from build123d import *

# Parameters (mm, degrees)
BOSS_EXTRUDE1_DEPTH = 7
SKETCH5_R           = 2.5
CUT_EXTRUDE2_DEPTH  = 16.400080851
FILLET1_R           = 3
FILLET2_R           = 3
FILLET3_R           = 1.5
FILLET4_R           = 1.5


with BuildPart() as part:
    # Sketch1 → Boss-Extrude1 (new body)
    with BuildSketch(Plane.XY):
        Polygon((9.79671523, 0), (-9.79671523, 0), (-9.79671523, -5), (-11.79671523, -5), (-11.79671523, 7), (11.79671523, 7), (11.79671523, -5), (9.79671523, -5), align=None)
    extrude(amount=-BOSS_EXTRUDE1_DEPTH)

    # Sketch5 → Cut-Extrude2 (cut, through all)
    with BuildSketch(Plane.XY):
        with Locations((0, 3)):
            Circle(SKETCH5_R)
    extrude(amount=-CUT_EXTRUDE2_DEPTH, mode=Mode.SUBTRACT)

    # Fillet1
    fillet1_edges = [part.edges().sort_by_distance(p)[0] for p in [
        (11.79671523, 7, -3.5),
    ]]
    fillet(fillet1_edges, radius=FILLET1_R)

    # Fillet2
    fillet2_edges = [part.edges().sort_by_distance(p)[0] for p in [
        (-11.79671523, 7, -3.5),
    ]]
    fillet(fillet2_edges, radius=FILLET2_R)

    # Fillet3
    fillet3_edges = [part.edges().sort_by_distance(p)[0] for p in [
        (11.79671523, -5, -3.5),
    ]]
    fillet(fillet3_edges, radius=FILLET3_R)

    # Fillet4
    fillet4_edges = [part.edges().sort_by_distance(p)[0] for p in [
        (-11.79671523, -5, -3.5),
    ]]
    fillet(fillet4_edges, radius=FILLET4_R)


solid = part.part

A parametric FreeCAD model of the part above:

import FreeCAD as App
import Part
import Sketcher
from FreeCAD import Vector


def edges_at(feature, points):
    """Names of the edges that pass closest to the given points."""
    edges = feature.Shape.Edges
    near = lambda p: min(range(len(edges)), key=lambda i: edges[i].distToShape(Part.Vertex(*p))[0])
    return sorted({f"Edge{near(p) + 1}" for p in points})


def add_polygon(sketch, points):
    """Adds a closed chain of lines whose ends are joined by coincident constraints."""
    first, n = sketch.GeometryCount, len(points)
    for a, b in zip(points, points[1:] + points[:1]):
        sketch.addGeometry(Part.LineSegment(App.Vector(*a, 0), App.Vector(*b, 0)), False)
    for i in range(n):
        sketch.addConstraint(Sketcher.Constraint("Coincident", first + i, 2, first + (i + 1) % n, 1))

doc = App.newDocument("Part")
body = doc.addObject("PartDesign::Body", "Body")

sketch1 = doc.addObject("Sketcher::SketchObject", "Sketch")
body.addObject(sketch1)
sketch1.AttachmentSupport = (doc.XY_Plane, [""])
sketch1.MapMode = "FlatFace"
add_polygon(sketch1, [(-9.8, 0), (9.8, 0), (9.8, -5), (11.8, -5), (11.8, 7), (-11.8, 7), (-11.8, -5), (-9.8, -5)])
sketch1.addConstraint([
    Sketcher.Constraint("Horizontal", 0),
    Sketcher.Constraint("Vertical", 1),
    Sketcher.Constraint("Horizontal", 2),
    Sketcher.Constraint("Vertical", 3),
    Sketcher.Constraint("Horizontal", 4),
    Sketcher.Constraint("Vertical", 5),
    Sketcher.Constraint("Horizontal", 6),
    Sketcher.Constraint("Vertical", 7),
    Sketcher.Constraint("Symmetric", 0, 2, 7, 2, -1, 1),
    Sketcher.Constraint("Symmetric", 2, 2, 5, 2, -2),
    Sketcher.Constraint("DistanceX", 2, 1, 2, 2, 2.0),
    Sketcher.Constraint("DistanceY", 1, 2, 1, 1, 5.0),
    Sketcher.Constraint("DistanceY", 3, 1, 3, 2, 12.0),
    Sketcher.Constraint("DistanceX", 0, 1, 0, 2, 19.59343),
])
pad1 = doc.addObject("PartDesign::Pad", "Pad")
body.addObject(pad1)
pad1.Profile = sketch1
pad1.Length = 7
pad1.Reversed = True

sketch2 = doc.addObject("Sketcher::SketchObject", "Sketch001")
body.addObject(sketch2)
sketch2.AttachmentSupport = (doc.XY_Plane, [""])
sketch2.MapMode = "FlatFace"
sketch2.addGeometry(Part.Circle(Vector(0, 3, 0), Vector(0, 0, 1), 2.5), False)
sketch2.addConstraint([
    Sketcher.Constraint("PointOnObject", 0, 3, -2),
    Sketcher.Constraint("Diameter", 0, 5.0),
    Sketcher.Constraint("DistanceY", -1, 1, 0, 3, 3.0),
])
pocket1 = doc.addObject("PartDesign::Pocket", "Pocket")
body.addObject(pocket1)
pocket1.Profile = sketch2
pocket1.Type = "ThroughAll"
doc.recompute()

fillet = doc.addObject("PartDesign::Fillet", "Fillet")
body.addObject(fillet)
fillet.Base = (pocket1, edges_at(pocket1, [(11.797, 7, -3.5)]))
fillet.Radius = 3
doc.recompute()

fillet2 = doc.addObject("PartDesign::Fillet", "Fillet001")
body.addObject(fillet2)
fillet2.Base = (fillet, edges_at(fillet, [(-11.797, 7, -3.5)]))
fillet2.Radius = 3
doc.recompute()

fillet3 = doc.addObject("PartDesign::Fillet", "Fillet002")
body.addObject(fillet3)
fillet3.Base = (fillet2, edges_at(fillet2, [(11.797, -5, -3.5)]))
fillet3.Radius = 1.5
doc.recompute()

fillet4 = doc.addObject("PartDesign::Fillet", "Fillet003")
body.addObject(fillet4)
fillet4.Base = (fillet3, edges_at(fillet3, [(-11.797, -5, -3.5)]))
fillet4.Radius = 1.5

doc.recompute()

● The task
Within the data above, the lines from the one with "fillet(fillet3_edges, radius=FILLET3_R)" to the one with "A parametric FreeCAD" must be repeated exactly; no other line belongs in the answer.

● Expected output
    fillet(fillet3_edges, radius=FILLET3_R)

    # Fillet4
    fillet4_edges = [part.edges().sort_by_distance(p)[0] for p in [
        (-11.79671523, -5, -3.5),
    ]]
    fillet(fillet4_edges, radius=FILLET4_R)


solid = part.part

A parametric FreeCAD model of the part above:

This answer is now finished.